尹氏也不强求,因为她已经达到了目的,她认为徐庶已经被自己动摇了,只要回中原后,发现自己的母亲被曹操劫走了,再加上曹操对徐州的突然袭击得手,徐庶早晚会投靠曹操的。第二天,徐庶带着何琳离开长安。
徐济等人相送。尹氏地表现更加精彩,眼神极为幽怨。
在诡异的气氛中,徐庶“依依不舍”地离开。
随着徐庶的离京,徐济和曹操的正面冲突也已经是迫在眉睫了。徐庶离开之后,徐济开始在暗中紧锣密鼓安排一切。贾诩那面更是时时刻刻把从曹操和王子服那里得到的情报送到徐济这里,以便应对一切。

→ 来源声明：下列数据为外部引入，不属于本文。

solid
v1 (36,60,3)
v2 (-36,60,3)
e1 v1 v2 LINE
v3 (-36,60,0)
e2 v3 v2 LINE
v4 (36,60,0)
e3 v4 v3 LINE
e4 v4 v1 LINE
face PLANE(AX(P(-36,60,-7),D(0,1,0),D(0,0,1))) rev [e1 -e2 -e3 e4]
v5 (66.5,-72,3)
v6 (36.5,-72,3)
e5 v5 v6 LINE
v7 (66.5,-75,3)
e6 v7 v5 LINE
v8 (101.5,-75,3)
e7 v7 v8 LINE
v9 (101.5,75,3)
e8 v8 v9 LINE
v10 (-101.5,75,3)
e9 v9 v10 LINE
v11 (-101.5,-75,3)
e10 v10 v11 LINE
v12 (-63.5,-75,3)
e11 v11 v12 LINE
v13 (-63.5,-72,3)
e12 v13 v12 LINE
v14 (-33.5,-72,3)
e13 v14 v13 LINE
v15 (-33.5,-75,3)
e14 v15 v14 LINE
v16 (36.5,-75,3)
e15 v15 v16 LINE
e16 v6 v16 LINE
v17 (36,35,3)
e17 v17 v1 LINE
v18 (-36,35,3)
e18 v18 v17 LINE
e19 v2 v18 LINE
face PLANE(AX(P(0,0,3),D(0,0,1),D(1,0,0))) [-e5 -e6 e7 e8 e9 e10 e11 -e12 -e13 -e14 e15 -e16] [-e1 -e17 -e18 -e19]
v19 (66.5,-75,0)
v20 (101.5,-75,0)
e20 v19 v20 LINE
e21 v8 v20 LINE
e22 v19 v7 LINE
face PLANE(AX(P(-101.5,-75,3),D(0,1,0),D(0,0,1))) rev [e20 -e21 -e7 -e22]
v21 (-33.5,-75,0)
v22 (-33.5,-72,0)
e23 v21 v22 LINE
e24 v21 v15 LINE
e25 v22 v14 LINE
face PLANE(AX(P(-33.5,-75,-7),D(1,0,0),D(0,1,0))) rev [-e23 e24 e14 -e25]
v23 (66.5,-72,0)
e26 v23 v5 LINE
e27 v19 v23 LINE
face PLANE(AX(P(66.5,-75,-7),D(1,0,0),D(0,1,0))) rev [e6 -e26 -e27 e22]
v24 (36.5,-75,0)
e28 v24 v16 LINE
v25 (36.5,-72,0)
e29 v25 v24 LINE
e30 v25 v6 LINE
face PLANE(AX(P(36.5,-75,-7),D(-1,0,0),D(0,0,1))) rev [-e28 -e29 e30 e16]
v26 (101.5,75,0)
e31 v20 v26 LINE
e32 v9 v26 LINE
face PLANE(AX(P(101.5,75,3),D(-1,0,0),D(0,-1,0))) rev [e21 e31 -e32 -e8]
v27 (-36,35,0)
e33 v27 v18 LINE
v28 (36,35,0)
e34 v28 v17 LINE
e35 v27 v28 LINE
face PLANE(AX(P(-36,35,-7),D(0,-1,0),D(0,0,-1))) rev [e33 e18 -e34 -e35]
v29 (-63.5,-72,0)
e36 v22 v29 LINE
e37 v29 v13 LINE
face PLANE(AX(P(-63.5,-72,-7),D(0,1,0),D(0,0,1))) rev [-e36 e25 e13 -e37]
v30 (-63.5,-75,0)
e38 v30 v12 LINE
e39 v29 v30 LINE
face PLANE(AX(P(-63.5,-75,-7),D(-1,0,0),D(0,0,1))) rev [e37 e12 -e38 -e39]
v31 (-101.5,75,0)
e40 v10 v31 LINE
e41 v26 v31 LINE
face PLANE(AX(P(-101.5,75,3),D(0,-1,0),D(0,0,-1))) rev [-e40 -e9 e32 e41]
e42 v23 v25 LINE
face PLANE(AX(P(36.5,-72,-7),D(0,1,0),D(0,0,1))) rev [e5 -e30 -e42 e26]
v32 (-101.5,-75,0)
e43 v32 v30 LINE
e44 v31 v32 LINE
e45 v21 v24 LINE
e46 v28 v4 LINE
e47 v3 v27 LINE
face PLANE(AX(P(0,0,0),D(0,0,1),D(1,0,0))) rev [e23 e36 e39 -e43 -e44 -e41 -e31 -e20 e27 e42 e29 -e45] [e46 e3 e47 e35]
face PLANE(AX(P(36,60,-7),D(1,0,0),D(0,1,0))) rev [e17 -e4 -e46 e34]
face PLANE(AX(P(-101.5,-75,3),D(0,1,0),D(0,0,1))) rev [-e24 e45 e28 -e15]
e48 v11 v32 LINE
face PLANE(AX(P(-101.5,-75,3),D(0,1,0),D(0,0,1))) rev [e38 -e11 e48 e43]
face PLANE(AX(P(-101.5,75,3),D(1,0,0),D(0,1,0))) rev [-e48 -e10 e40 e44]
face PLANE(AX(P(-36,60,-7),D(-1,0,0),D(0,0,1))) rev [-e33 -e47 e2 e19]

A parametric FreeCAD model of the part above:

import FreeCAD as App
import Part
import Sketcher
from FreeCAD import Vector

doc = App.newDocument("Part")
params = doc.addObject("Spreadsheet::Sheet", "Params")
for row, (alias, value) in enumerate([
    ("sketch1_width", "203 mm"),
    ("sketch1_height", "150 mm"),
    ("pad1_length", "3 mm"),
    ("sketch2_width", "72 mm"),
    ("sketch2_height", "25 mm"),
    ("pocket1_length", "10 mm"),
    ("sketch3_width", "30 mm"),
    ("sketch3_height", "3 mm"),
    ("pocket2_length", "10 mm"),
], start=1):
    params.set(f"A{row}", alias)
    params.set(f"B{row}", "=" + value)
    params.setAlias(f"B{row}", alias)

body = doc.addObject("PartDesign::Body", "Body")

# Sketch on XY plane
sketch1 = body.newObject("Sketcher::SketchObject", "Sketch")
sketch1.AttachmentSupport = (doc.getObject("XY_Plane"), [""])
sketch1.MapMode = "FlatFace"
sketch1.addGeometry([
    Part.LineSegment(Vector(-101.5, 75, 0), Vector(-101.5, -75, 0)),
    Part.LineSegment(Vector(-101.5, -75, 0), Vector(101.5, -75, 0)),
    Part.LineSegment(Vector(101.5, -75, 0), Vector(101.5, 75, 0)),
    Part.LineSegment(Vector(101.5, 75, 0), Vector(-101.5, 75, 0)),
], False)
sketch1.addConstraint([
    Sketcher.Constraint("Coincident", 0, 2, 1, 1),
    Sketcher.Constraint("Coincident", 1, 2, 2, 1),
    Sketcher.Constraint("Coincident", 2, 2, 3, 1),
    Sketcher.Constraint("Coincident", 3, 2, 0, 1),
    Sketcher.Constraint("Vertical", 0),
    Sketcher.Constraint("Horizontal", 1),
    Sketcher.Constraint("Vertical", 2),
    Sketcher.Constraint("Horizontal", 3),
    Sketcher.Constraint("Symmetric", 0, 2, 2, 2, -1, 1),
    Sketcher.Constraint("DistanceX", 1, 1, 1, 2, 203.0),
    Sketcher.Constraint("DistanceY", 0, 2, 0, 1, 150.0),
])
sketch1.setExpression("Constraints[9]", "Params.sketch1_width")
sketch1.setExpression("Constraints[10]", "Params.sketch1_height")
pad1 = body.newObject("PartDesign::Pad", "Pad")
pad1.Profile = sketch1
pad1.setExpression("Length", "Params.pad1_length")

# Sketch on XY plane
sketch2 = body.newObject("Sketcher::SketchObject", "Sketch001")
sketch2.AttachmentSupport = (doc.getObject("XY_Plane"), [""])
sketch2.MapMode = "FlatFace"
sketch2.AttachmentOffset = App.Placement(Vector(0, 0, 3), App.Rotation())
sketch2.addGeometry([
    Part.LineSegment(Vector(-36, 60, 0), Vector(-36, 35, 0)),
    Part.LineSegment(Vector(-36, 35, 0), Vector(36, 35, 0)),
    Part.LineSegment(Vector(36, 35, 0), Vector(36, 60, 0)),
    Part.LineSegment(Vector(36, 60, 0), Vector(-36, 60, 0)),
], False)
sketch2.addConstraint([
    Sketcher.Constraint("Coincident", 0, 2, 1, 1),
    Sketcher.Constraint("Coincident", 1, 2, 2, 1),
    Sketcher.Constraint("Coincident", 2, 2, 3, 1),
    Sketcher.Constraint("Coincident", 3, 2, 0, 1),
    Sketcher.Constraint("Vertical", 0),
    Sketcher.Constraint("Horizontal", 1),
    Sketcher.Constraint("Vertical", 2),
    Sketcher.Constraint("Horizontal", 3),
    Sketcher.Constraint("DistanceX", 1, 1, 1, 2, 72.0),
    Sketcher.Constraint("DistanceY", 0, 2, 0, 1, 25.0),
    Sketcher.Constraint("DistanceX", 0, 2, -1, 1, 36.0),
    Sketcher.Constraint("DistanceY", -1, 1, 0, 2, 35.0),
])
sketch2.setExpression("Constraints[8]", "Params.sketch2_width")
sketch2.setExpression("Constraints[9]", "Params.sketch2_height")
pocket1 = body.newObject("PartDesign::Pocket", "Pocket")
pocket1.Profile = sketch2
pocket1.setExpression("Length", "Params.pocket1_length")

# Sketch on XY plane
sketch3 = body.newObject("Sketcher::SketchObject", "Sketch002")
sketch3.AttachmentSupport = (doc.getObject("XY_Plane"), [""])
sketch3.MapMode = "FlatFace"
sketch3.AttachmentOffset = App.Placement(Vector(0, 0, 3), App.Rotation())
sketch3.addGeometry([
    Part.LineSegment(Vector(-63.5, -72, 0), Vector(-63.5, -75, 0)),  # 0
    Part.LineSegment(Vector(-63.5, -75, 0), Vector(-33.5, -75, 0)),  # 1
    Part.LineSegment(Vector(-33.5, -75, 0), Vector(-33.5, -72, 0)),  # 2
    Part.LineSegment(Vector(-33.5, -72, 0), Vector(-63.5, -72, 0)),  # 3
    Part.LineSegment(Vector(36.5, -72, 0), Vector(36.5, -75, 0)),  # 4
    Part.LineSegment(Vector(36.5, -75, 0), Vector(66.5, -75, 0)),  # 5
    Part.LineSegment(Vector(66.5, -75, 0), Vector(66.5, -72, 0)),  # 6
    Part.LineSegment(Vector(66.5, -72, 0), Vector(36.5, -72, 0)),  # 7
], False)
sketch3.addConstraint([
    Sketcher.Constraint("Coincident", 0, 2, 1, 1),
    Sketcher.Constraint("Coincident", 1, 2, 2, 1),
    Sketcher.Constraint("Coincident", 2, 2, 3, 1),
    Sketcher.Constraint("Coincident", 3, 2, 0, 1),
    Sketcher.Constraint("Coincident", 4, 2, 5, 1),
    Sketcher.Constraint("Coincident", 5, 2, 6, 1),
    Sketcher.Constraint("Coincident", 6, 2, 7, 1),
    Sketcher.Constraint("Coincident", 7, 2, 4, 1),
    Sketcher.Constraint("Vertical", 0),
    Sketcher.Constraint("Horizontal", 1),
    Sketcher.Constraint("Vertical", 2),
    Sketcher.Constraint("Horizontal", 3),
    Sketcher.Constraint("Vertical", 4),
    Sketcher.Constraint("Horizontal", 5),
    Sketcher.Constraint("Vertical", 6),
    Sketcher.Constraint("Horizontal", 7),
    Sketcher.Constraint("Horizontal", 1, 2, 4, 2),
    Sketcher.Constraint("Horizontal", 3, 2, 6, 2),
    Sketcher.Constraint("Equal", 3, 5),
    Sketcher.Constraint("DistanceX", 1, 1, 1, 2, 30.0),
    Sketcher.Constraint("DistanceY", 0, 2, 0, 1, 3.0),
    Sketcher.Constraint("DistanceY", 0, 2, -1, 1, 75.0),
    Sketcher.Constraint("DistanceX", 1, 2, 4, 2, 70.0),
    Sketcher.Constraint("DistanceX", 0, 2, -1, 1, 63.5),
])
sketch3.setExpression("Constraints[19]", "Params.sketch3_width")
sketch3.setExpression("Constraints[20]", "Params.sketch3_height")
pocket2 = body.newObject("PartDesign::Pocket", "Pocket001")
pocket2.Profile = sketch3
pocket2.setExpression("Length", "Params.pocket2_length")

doc.recompute()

而曹操所潜藏在长安的势力已经渐渐地掌握了西园八校尉的实际权力,架空了王子服等人所剩无几的兵权。曹操更在得到徐庶和徐济发生矛盾后,便开始蓄意制造和兖州军的冲突,最好的办法当然是在和兖州军做生意上下文章。
不久之后,曹操便在徐州日渐繁荣的交易市场淮阴、淮安制造了很多起冲突。
虞翻按照徐济的指示,表面上隐忍不发,以稳定徐州局势为重。曹操见到这种局面,便日益猖獗,挑动纷乱,一时间,徐州的局势紧张起来,
徐州的地方势力本来就错综复杂,现在更是因为曹操的搅局和赵昱地态度而变得更加混乱起来。